Читаем Железные игрушки — магнитный потолок полностью

Он видел самого себя как бы сверху. Вмятый во что-то белое… и на голове белый… шлем? чалма? ну не нимб же? Он уносился (сам от себя), становился все меньше. И при этом раздваивался. Видел не одного (себя), а сразу… как бы две головы в белых намотанных чалмах. Вдруг понял: это же отражение в зеркальных очках! Кто-то, склонившись к нему, внимательно разглядывал, не сняв очки.

«Ну что, очнулся? пришел в себя, турист?» Мужик в очках отстранил (небритое) лицо, распрямился, отошел в сторону. Высокий, в спортивном костюме. А ведь где-то он уже… встречал его? Спортивный и зеркальноглазый что-то искал в нагроможденных вокруг коробках, в составленных на них белых шкафчиках, открывал и закрывал дверцы.

«Нет, это не жизнь после смерти, — поведал демонический персонаж. — Это палатка из желтого капрона, и солнце просвечивает, погода разгулялась. Ты в медпункте для пострадавших

(да где же они его запрятали? ведь было же, было! при мне ставили, точно)

навязчиво повторял он одно и то же. Олег чувствовал: его голова плотно забинтована, руки и ноги вроде целы.
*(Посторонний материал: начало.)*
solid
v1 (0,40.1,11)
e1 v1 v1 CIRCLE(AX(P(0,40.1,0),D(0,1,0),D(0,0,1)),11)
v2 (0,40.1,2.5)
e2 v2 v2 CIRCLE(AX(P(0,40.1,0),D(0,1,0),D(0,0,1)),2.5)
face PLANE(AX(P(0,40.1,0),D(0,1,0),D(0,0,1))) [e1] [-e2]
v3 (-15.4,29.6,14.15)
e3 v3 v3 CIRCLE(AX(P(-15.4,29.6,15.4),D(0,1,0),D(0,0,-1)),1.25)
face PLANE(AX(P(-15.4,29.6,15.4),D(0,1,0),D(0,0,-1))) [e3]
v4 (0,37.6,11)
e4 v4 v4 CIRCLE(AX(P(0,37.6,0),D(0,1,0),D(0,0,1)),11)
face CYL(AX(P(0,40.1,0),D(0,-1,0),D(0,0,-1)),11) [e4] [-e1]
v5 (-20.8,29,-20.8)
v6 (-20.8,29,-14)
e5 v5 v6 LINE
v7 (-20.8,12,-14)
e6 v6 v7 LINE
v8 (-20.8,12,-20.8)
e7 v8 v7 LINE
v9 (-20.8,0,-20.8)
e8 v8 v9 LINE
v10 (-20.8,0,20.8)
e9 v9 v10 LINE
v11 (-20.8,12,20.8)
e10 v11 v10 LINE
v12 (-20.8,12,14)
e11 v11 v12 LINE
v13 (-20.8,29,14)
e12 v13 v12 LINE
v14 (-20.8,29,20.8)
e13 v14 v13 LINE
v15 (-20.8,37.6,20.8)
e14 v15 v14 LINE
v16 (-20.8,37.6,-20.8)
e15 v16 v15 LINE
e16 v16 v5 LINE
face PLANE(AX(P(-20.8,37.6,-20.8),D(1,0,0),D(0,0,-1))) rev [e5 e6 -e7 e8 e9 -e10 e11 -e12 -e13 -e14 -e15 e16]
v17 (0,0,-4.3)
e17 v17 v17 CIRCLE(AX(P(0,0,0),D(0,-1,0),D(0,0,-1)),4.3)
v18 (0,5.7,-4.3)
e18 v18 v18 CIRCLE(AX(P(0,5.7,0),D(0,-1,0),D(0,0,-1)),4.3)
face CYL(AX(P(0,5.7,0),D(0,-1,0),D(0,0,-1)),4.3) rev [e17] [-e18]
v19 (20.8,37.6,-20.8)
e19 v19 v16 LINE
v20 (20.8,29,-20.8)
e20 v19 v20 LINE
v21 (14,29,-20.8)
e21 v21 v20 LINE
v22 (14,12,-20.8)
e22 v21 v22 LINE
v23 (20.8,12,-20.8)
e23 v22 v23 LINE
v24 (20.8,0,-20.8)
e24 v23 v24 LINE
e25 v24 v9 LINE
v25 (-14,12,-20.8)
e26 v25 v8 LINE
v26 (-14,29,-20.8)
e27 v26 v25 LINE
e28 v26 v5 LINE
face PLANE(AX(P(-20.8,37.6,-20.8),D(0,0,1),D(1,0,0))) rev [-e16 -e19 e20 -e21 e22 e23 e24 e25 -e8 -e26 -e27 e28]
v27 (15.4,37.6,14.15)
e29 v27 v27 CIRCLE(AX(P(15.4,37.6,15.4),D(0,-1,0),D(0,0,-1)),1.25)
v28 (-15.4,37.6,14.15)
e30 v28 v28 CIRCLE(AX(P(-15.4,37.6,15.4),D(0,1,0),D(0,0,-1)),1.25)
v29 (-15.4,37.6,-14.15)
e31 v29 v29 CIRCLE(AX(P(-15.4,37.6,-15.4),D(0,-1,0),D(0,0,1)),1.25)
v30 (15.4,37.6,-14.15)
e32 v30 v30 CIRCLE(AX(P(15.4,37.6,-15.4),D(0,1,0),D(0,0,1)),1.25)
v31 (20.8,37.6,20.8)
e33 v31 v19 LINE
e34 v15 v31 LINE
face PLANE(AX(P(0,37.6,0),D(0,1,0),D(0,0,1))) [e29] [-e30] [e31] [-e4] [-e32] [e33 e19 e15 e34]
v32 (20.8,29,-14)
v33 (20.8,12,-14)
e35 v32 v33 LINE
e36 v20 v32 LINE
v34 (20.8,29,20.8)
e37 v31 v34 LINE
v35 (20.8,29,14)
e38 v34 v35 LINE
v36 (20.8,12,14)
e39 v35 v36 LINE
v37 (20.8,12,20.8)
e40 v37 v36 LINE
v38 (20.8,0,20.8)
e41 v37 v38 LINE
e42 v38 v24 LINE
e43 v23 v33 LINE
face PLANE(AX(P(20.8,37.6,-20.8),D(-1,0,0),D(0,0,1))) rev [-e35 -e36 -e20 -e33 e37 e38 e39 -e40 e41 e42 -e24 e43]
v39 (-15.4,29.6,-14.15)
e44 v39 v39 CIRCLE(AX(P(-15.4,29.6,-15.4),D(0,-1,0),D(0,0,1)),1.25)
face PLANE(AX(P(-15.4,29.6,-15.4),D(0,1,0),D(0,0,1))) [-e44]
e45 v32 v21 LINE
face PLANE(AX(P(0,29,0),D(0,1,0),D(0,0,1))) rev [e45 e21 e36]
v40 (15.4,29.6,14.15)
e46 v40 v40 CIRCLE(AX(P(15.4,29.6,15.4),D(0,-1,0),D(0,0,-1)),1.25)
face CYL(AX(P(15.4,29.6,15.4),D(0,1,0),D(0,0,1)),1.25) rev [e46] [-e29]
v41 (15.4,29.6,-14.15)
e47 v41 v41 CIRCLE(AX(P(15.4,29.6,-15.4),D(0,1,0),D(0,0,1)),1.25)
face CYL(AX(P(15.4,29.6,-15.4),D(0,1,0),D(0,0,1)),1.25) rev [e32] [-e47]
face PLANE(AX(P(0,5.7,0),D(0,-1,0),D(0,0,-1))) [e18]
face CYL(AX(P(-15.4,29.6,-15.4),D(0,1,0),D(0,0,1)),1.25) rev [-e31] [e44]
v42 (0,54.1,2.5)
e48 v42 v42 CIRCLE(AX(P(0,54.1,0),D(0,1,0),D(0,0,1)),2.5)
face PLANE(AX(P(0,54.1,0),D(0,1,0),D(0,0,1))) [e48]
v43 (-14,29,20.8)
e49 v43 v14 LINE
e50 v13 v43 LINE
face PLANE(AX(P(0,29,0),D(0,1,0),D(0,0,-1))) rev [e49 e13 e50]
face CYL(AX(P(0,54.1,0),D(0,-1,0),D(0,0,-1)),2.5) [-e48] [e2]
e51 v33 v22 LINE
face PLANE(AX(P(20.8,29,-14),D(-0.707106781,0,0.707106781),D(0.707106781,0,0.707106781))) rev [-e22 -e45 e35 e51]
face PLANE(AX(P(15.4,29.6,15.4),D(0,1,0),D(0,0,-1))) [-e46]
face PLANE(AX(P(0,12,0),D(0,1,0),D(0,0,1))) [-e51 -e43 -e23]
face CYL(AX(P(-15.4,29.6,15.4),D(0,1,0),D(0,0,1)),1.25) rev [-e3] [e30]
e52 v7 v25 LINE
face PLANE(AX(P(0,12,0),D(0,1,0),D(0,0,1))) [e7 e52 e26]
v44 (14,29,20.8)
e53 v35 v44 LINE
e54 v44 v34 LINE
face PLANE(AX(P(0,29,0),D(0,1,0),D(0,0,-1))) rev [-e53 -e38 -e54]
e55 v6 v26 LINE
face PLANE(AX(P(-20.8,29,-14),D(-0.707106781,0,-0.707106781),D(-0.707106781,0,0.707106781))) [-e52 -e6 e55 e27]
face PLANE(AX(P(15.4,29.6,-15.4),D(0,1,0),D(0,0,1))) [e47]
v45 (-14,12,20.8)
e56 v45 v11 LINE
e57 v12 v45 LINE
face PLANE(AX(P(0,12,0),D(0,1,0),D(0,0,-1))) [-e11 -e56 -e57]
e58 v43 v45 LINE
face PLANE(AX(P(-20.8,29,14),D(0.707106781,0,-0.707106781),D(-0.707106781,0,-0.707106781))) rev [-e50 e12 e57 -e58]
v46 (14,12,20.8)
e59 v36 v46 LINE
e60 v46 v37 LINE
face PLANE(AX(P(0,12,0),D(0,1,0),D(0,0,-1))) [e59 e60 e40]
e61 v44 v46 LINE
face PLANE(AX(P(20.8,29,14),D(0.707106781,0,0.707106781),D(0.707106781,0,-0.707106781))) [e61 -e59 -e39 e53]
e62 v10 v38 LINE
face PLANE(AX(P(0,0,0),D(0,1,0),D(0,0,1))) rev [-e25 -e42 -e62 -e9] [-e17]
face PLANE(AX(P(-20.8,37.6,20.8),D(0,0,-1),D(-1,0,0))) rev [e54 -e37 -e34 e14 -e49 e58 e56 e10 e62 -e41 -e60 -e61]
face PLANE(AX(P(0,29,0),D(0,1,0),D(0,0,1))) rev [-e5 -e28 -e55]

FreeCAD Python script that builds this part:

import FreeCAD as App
import Part
import Sketcher

V = App.Vector

doc = App.newDocument("Part")
body = doc.addObject("PartDesign::Body", "Body")

sketch1 = body.newObject("Sketcher::SketchObject", "Sketch")
sketch1.AttachmentSupport = (doc.getObject("XZ_Plane"), [""])
sketch1.MapMode = "FlatFace"
sketch1.addGeometry([
    Part.LineSegment(V(-21, -21, 0), V(-21, 21, 0)),
    Part.LineSegment(V(-21, 21, 0), V(21, 21, 0)),
    Part.LineSegment(V(21, 21, 0), V(21, -21, 0)),
    Part.LineSegment(V(21, -21, 0), V(-21, -21, 0)),
], False)
sketch1.addConstraint([
    Sketcher.Constraint("Coincident", 0, 2, 1, 1),
    Sketcher.Constraint("Coincident", 1, 2, 2, 1),
    Sketcher.Constraint("Coincident", 2, 2, 3, 1),
    Sketcher.Constraint("Coincident", 3, 2, 0, 1),
    Sketcher.Constraint("Vertical", 0),
    Sketcher.Constraint("Horizontal", 1),
    Sketcher.Constraint("Vertical", 2),
    Sketcher.Constraint("Horizontal", 3),
    Sketcher.Constraint("Symmetric", 0, 2, 2, 2, -1, 1),
    Sketcher.Constraint("Equal", 3, 0),
    Sketcher.Constraint("DistanceX", 1, 1, 1, 2, 41.6),
])
pad1 = body.newObject("PartDesign::Pad", "Pad")
pad1.Profile = sketch1
pad1.Length = 37.6
pad1.Reversed = True

sketch2 = body.newObject("Sketcher::SketchObject", "Sketch001")
sketch2.AttachmentSupport = (doc.getObject("XZ_Plane"), [""])
sketch2.MapMode = "FlatFace"
sketch2.AttachmentOffset = App.Placement(V(0, 0, -37.6), App.Rotation())
sketch2.addGeometry(Part.Circle(V(0, 0, 0), V(0, 0, 1), 11), False)
sketch2.addConstraint([
    Sketcher.Constraint("Coincident", 0, 3, -1, 1),
    Sketcher.Constraint("Diameter", 0, 22.0),
])
pad2 = body.newObject("PartDesign::Pad", "Pad001")
pad2.Profile = sketch2
pad2.Length = 2.5
pad2.Reversed = True

sketch3 = body.newObject("Sketcher::SketchObject", "Sketch002")
sketch3.AttachmentSupport = (doc.getObject("XZ_Plane"), [""])
sketch3.MapMode = "FlatFace"
sketch3.AttachmentOffset = App.Placement(V(0, 0, -40.1), App.Rotation())
sketch3.addGeometry(Part.Circle(V(0, 0, 0), V(0, 0, 1), 2.5), False)
sketch3.addConstraint([
    Sketcher.Constraint("Coincident", 0, 3, -1, 1),
    Sketcher.Constraint("Diameter", 0, 5.0),
])
pad3 = body.newObject("PartDesign::Pad", "Pad002")
pad3.Profile = sketch3
pad3.Length = 14
pad3.Reversed = True

sketch4 = body.newObject("Sketcher::SketchObject", "Sketch003")
sketch4.AttachmentSupport = (doc.getObject("XZ_Plane"), [""])
sketch4.MapMode = "FlatFace"
sketch4.AttachmentOffset = App.Placement(V(0, 0, -37.6), App.Rotation())
sketch4.addGeometry(Part.Circle(V(15.4, -15.4, 0), V(0, 0, 1), 1.2), False)
sketch4.addConstraint([
    Sketcher.Constraint("Diameter", 0, 2.5),
    Sketcher.Constraint("DistanceX", -1, 1, 0, 3, 15.4),
    Sketcher.Constraint("DistanceY", 0, 3, -1, 1, 15.4),
])
pocket1 = body.newObject("PartDesign::Pocket", "Pocket")
pocket1.Profile = sketch4
pocket1.Length = 8
pocket1.Reversed = True
doc.recompute()

mirrored = body.newObject("PartDesign::Mirrored", "Mirrored")
mirrored.Originals = [pocket1]
mirrored.MirrorPlane = (doc.getObject("YZ_Plane"), [""])
body.Tip = mirrored
doc.recompute()

mirrored2 = body.newObject("PartDesign::Mirrored", "Mirrored001")
mirrored2.Originals = [pocket1]
mirrored2.MirrorPlane = (doc.getObject("XY_Plane"), [""])
body.Tip = mirrored2

sketch5 = body.newObject("Sketcher::SketchObject", "Sketch004")
sketch5.AttachmentSupport = (doc.getObject("XZ_Plane"), [""])
sketch5.MapMode = "FlatFace"
sketch5.AttachmentOffset = App.Placement(V(0, 0, -37.6), App.Rotation())
sketch5.addGeometry(Part.Circle(V(-15.4, 15.4, 0), V(0, 0, 1), 1.2), False)
sketch5.addConstraint([
    Sketcher.Constraint("Diameter", 0, 2.5),
    Sketcher.Constraint("DistanceX", 0, 3, -1, 1, 15.4),
    Sketcher.Constraint("DistanceY", -1, 1, 0, 3, 15.4),
])
pocket2 = body.newObject("PartDesign::Pocket", "Pocket001")
pocket2.Profile = sketch5
pocket2.Length = 8
pocket2.Reversed = True

sketch6 = body.newObject("Sketcher::SketchObject", "Sketch005")
sketch6.AttachmentSupport = (doc.getObject("XZ_Plane"), [""])
sketch6.MapMode = "FlatFace"
sketch6.AttachmentOffset = App.Placement(V(0, 0, -12), App.Rotation())
sketch6.addGeometry([
    Part.LineSegment(V(14, -21, 0), V(21, -14, 0)),
    Part.LineSegment(V(21, -14, 0), V(21, -21, 0)),
    Part.LineSegment(V(21, -21, 0), V(14, -21, 0)),
], False)
sketch6.addConstraint([
    Sketcher.Constraint("Coincident", 0, 2, 1, 1),
    Sketcher.Constraint("Coincident", 1, 2, 2, 1),
    Sketcher.Constraint("Coincident", 2, 2, 0, 1),
    Sketcher.Constraint("Vertical", 1),
    Sketcher.Constraint("Horizontal", 2),
    Sketcher.Constraint("Equal", 2, 1),
    Sketcher.Constraint("DistanceX", 2, 2, 2, 1, 6.8),
    Sketcher.Constraint("DistanceY", 0, 2, -1, 1, 14.0),
    Sketcher.Constraint("DistanceX", -1, 1, 2, 2, 14.0),
])
pocket3 = body.newObject("PartDesign::Pocket", "Pocket002")
pocket3.Profile = sketch6
pocket3.Length = 17
doc.recompute()

mirrored3 = body.newObject("PartDesign::Mirrored", "Mirrored002")
mirrored3.Originals = [pocket3]
mirrored3.MirrorPlane = (doc.getObject("XY_Plane"), [""])
body.Tip = mirrored3
doc.recompute()

mirrored4 = body.newObject("PartDesign::Mirrored", "Mirrored003")
mirrored4.Originals = [pocket3]
mirrored4.MirrorPlane = (doc.getObject("YZ_Plane"), [""])
body.Tip = mirrored4

sketch7 = body.newObject("Sketcher::SketchObject", "Sketch006")
sketch7.AttachmentSupport = (doc.getObject("XZ_Plane"), [""])
sketch7.MapMode = "FlatFace"
sketch7.AttachmentOffset = App.Placement(V(0, 0, -12), App.Rotation())
sketch7.addGeometry([
    Part.LineSegment(V(-14, 21, 0), V(-21, 14, 0)),
    Part.LineSegment(V(-21, 14, 0), V(-21, 21, 0)),
    Part.LineSegment(V(-21, 21, 0), V(-14, 21, 0)),
], False)
sketch7.addConstraint([
    Sketcher.Constraint("Coincident", 0, 2, 1, 1),
    Sketcher.Constraint("Coincident", 1, 2, 2, 1),
    Sketcher.Constraint("Coincident", 2, 2, 0, 1),
    Sketcher.Constraint("Vertical", 1),
    Sketcher.Constraint("Horizontal", 2),
    Sketcher.Constraint("Equal", 2, 1),
    Sketcher.Constraint("DistanceX", 2, 1, 2, 2, 6.8),
    Sketcher.Constraint("DistanceY", -1, 1, 0, 2, 14.0),
    Sketcher.Constraint("DistanceX", 2, 2, -1, 1, 14.0),
])
pocket4 = body.newObject("PartDesign::Pocket", "Pocket003")
pocket4.Profile = sketch7
pocket4.Length = 17

sketch8 = body.newObject("Sketcher::SketchObject", "Sketch007")
sketch8.AttachmentSupport = (doc.getObject("XZ_Plane"), [""])
sketch8.MapMode = "FlatFace"
sketch8.addGeometry(Part.Circle(V(0, 0, 0), V(0, 0, 1), 4.3), False)
sketch8.addConstraint([
    Sketcher.Constraint("Coincident", 0, 3, -1, 1),
    Sketcher.Constraint("Diameter", 0, 8.6),
])
pocket5 = body.newObject("PartDesign::Pocket", "Pocket004")
pocket5.Profile = sketch8
pocket5.Length = 5.7

doc.recompute()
Из-под повязки сочился запах чего-то горького, полынного; во рту неприятный железистый привкус. Постепенно стал соображать, приходил в себя. Ой лежал на походной кровати, мягкий желтый свет наполнял палатку. Все, что видно вокруг, заставлено коробками с иероглифами, белыми медицинскими шкафчиками (похоже, это собрано, приготовлено к отъезду). С трудом оглядевшись, заметил слева, на низкой коробке, плошки с едой, сок. По другую руку тоже коробки, табурет, на него брошена его рабочая куртка, сверху фонарик, пассатижи, степлер — то, что было в карманах. Тишина обволакивала, но между тем была наполнена слаженным пением…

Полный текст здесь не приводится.